WORK INSTRUCTIONS:
Look through the material below and copy every line containing the word "Přidat".

PROVIDED ENTRIES:

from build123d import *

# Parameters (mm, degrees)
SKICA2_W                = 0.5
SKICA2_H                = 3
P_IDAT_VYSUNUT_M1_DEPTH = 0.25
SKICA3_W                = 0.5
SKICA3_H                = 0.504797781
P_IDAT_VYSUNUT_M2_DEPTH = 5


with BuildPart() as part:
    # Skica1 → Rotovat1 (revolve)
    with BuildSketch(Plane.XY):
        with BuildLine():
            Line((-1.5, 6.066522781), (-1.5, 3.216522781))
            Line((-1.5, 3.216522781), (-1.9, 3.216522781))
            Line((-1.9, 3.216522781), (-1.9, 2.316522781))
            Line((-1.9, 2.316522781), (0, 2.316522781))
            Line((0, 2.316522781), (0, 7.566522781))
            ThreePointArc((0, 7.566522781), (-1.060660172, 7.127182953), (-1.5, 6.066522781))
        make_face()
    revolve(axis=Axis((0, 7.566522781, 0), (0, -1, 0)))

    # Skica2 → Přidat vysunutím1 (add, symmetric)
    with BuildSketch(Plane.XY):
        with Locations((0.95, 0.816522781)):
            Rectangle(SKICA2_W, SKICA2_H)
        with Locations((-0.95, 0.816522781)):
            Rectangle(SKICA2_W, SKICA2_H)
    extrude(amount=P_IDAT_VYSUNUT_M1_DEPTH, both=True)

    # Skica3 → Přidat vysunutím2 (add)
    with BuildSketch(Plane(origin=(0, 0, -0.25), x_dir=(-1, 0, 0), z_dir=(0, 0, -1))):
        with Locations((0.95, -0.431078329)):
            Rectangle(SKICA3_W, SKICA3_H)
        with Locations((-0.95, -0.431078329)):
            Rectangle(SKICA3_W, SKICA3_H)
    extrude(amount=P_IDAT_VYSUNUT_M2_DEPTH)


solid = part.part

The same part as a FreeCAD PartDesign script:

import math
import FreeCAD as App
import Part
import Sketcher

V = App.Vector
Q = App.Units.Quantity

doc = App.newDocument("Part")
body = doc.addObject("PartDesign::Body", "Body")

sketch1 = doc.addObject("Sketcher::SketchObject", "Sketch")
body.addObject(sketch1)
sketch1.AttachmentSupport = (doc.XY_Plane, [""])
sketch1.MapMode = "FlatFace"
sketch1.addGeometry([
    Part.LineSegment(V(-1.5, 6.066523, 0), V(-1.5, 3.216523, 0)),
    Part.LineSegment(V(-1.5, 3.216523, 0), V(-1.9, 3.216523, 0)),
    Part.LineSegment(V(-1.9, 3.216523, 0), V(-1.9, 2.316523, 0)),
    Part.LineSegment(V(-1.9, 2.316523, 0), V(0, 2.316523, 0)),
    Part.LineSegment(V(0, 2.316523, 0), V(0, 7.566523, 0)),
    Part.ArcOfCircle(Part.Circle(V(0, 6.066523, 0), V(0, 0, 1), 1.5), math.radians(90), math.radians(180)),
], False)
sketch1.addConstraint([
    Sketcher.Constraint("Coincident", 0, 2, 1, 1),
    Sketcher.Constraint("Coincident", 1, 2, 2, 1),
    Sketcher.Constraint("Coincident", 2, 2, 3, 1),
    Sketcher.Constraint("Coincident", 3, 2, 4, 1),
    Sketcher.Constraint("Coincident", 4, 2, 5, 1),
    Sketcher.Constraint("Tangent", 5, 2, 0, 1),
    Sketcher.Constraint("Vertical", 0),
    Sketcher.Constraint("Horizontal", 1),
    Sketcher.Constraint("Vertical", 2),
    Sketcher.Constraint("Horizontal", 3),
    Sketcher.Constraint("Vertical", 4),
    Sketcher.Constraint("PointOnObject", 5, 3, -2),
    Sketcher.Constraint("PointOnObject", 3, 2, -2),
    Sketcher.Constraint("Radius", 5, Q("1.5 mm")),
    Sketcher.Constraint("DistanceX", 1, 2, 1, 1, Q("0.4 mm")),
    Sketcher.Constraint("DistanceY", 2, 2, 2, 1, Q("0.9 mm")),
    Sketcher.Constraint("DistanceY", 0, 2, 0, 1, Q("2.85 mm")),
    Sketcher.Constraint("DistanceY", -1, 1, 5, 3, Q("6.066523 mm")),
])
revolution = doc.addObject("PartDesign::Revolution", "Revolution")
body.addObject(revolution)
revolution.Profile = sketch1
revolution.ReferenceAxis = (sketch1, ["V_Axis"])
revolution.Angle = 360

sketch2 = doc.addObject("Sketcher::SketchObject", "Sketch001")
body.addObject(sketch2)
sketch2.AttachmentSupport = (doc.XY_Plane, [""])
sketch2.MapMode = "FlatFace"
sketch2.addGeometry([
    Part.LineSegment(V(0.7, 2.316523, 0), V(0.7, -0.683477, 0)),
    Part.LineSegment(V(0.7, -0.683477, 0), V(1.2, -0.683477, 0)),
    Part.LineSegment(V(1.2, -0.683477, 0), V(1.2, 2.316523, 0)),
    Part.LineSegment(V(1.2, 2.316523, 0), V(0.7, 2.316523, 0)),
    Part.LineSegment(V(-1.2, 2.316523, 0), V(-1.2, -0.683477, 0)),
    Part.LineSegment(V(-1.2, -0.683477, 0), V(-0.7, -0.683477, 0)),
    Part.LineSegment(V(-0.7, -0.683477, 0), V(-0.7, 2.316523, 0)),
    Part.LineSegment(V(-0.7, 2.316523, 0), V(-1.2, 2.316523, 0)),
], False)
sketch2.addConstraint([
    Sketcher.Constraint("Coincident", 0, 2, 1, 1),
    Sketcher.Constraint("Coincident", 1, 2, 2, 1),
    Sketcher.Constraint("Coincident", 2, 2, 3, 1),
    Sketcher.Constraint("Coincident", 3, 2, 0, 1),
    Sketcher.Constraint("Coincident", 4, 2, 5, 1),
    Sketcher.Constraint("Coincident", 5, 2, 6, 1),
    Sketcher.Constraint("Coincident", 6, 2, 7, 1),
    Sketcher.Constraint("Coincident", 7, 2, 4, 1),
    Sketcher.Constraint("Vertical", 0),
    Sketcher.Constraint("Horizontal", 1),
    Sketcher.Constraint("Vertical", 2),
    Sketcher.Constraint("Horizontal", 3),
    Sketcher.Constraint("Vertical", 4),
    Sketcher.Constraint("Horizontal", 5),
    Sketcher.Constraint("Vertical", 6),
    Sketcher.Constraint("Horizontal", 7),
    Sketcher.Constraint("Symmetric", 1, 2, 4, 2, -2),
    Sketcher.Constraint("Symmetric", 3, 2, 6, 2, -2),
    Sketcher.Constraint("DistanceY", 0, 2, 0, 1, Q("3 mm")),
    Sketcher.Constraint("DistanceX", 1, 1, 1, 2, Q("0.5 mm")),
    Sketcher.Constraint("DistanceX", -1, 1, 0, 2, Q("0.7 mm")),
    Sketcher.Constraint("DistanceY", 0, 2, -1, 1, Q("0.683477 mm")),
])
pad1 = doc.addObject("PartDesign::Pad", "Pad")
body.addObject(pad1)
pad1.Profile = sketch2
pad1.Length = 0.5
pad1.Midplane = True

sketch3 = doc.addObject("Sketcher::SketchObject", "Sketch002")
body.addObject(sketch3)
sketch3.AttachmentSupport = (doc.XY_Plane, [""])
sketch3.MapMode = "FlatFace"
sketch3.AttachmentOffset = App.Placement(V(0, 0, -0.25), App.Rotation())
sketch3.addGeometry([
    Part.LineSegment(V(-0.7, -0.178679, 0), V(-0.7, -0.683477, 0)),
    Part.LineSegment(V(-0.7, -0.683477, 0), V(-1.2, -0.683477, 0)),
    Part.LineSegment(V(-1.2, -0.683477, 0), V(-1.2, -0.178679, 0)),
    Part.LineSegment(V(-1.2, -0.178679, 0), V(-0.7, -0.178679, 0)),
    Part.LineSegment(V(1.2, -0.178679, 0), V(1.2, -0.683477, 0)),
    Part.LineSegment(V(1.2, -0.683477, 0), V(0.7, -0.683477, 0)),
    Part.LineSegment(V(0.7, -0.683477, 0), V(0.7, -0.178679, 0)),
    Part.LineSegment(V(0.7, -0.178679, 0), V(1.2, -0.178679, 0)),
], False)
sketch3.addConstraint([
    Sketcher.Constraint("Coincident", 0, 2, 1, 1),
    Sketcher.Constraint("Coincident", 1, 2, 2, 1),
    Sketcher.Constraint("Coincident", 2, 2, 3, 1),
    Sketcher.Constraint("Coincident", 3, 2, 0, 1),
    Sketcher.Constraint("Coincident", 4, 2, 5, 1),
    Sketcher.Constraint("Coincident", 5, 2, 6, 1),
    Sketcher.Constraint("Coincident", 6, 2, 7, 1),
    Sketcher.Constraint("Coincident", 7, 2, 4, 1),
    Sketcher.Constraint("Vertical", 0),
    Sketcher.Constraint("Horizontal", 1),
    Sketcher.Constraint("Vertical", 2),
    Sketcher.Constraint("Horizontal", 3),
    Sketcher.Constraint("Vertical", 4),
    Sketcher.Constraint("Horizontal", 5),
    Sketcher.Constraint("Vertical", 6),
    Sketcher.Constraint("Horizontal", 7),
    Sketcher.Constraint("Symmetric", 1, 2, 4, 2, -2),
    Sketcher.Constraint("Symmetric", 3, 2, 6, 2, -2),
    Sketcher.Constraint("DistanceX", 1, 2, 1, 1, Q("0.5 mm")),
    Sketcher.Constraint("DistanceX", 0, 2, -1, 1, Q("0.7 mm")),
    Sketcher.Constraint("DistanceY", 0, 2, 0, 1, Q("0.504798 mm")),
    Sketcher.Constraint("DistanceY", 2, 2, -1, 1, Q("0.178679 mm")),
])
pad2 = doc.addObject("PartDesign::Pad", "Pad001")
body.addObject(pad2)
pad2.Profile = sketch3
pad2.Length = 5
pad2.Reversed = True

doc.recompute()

RESPONSE FOR THIS EXERCISE:
    # Skica2 → Přidat vysunutím1 (add, symmetric)
    # Skica3 → Přidat vysunutím2 (add)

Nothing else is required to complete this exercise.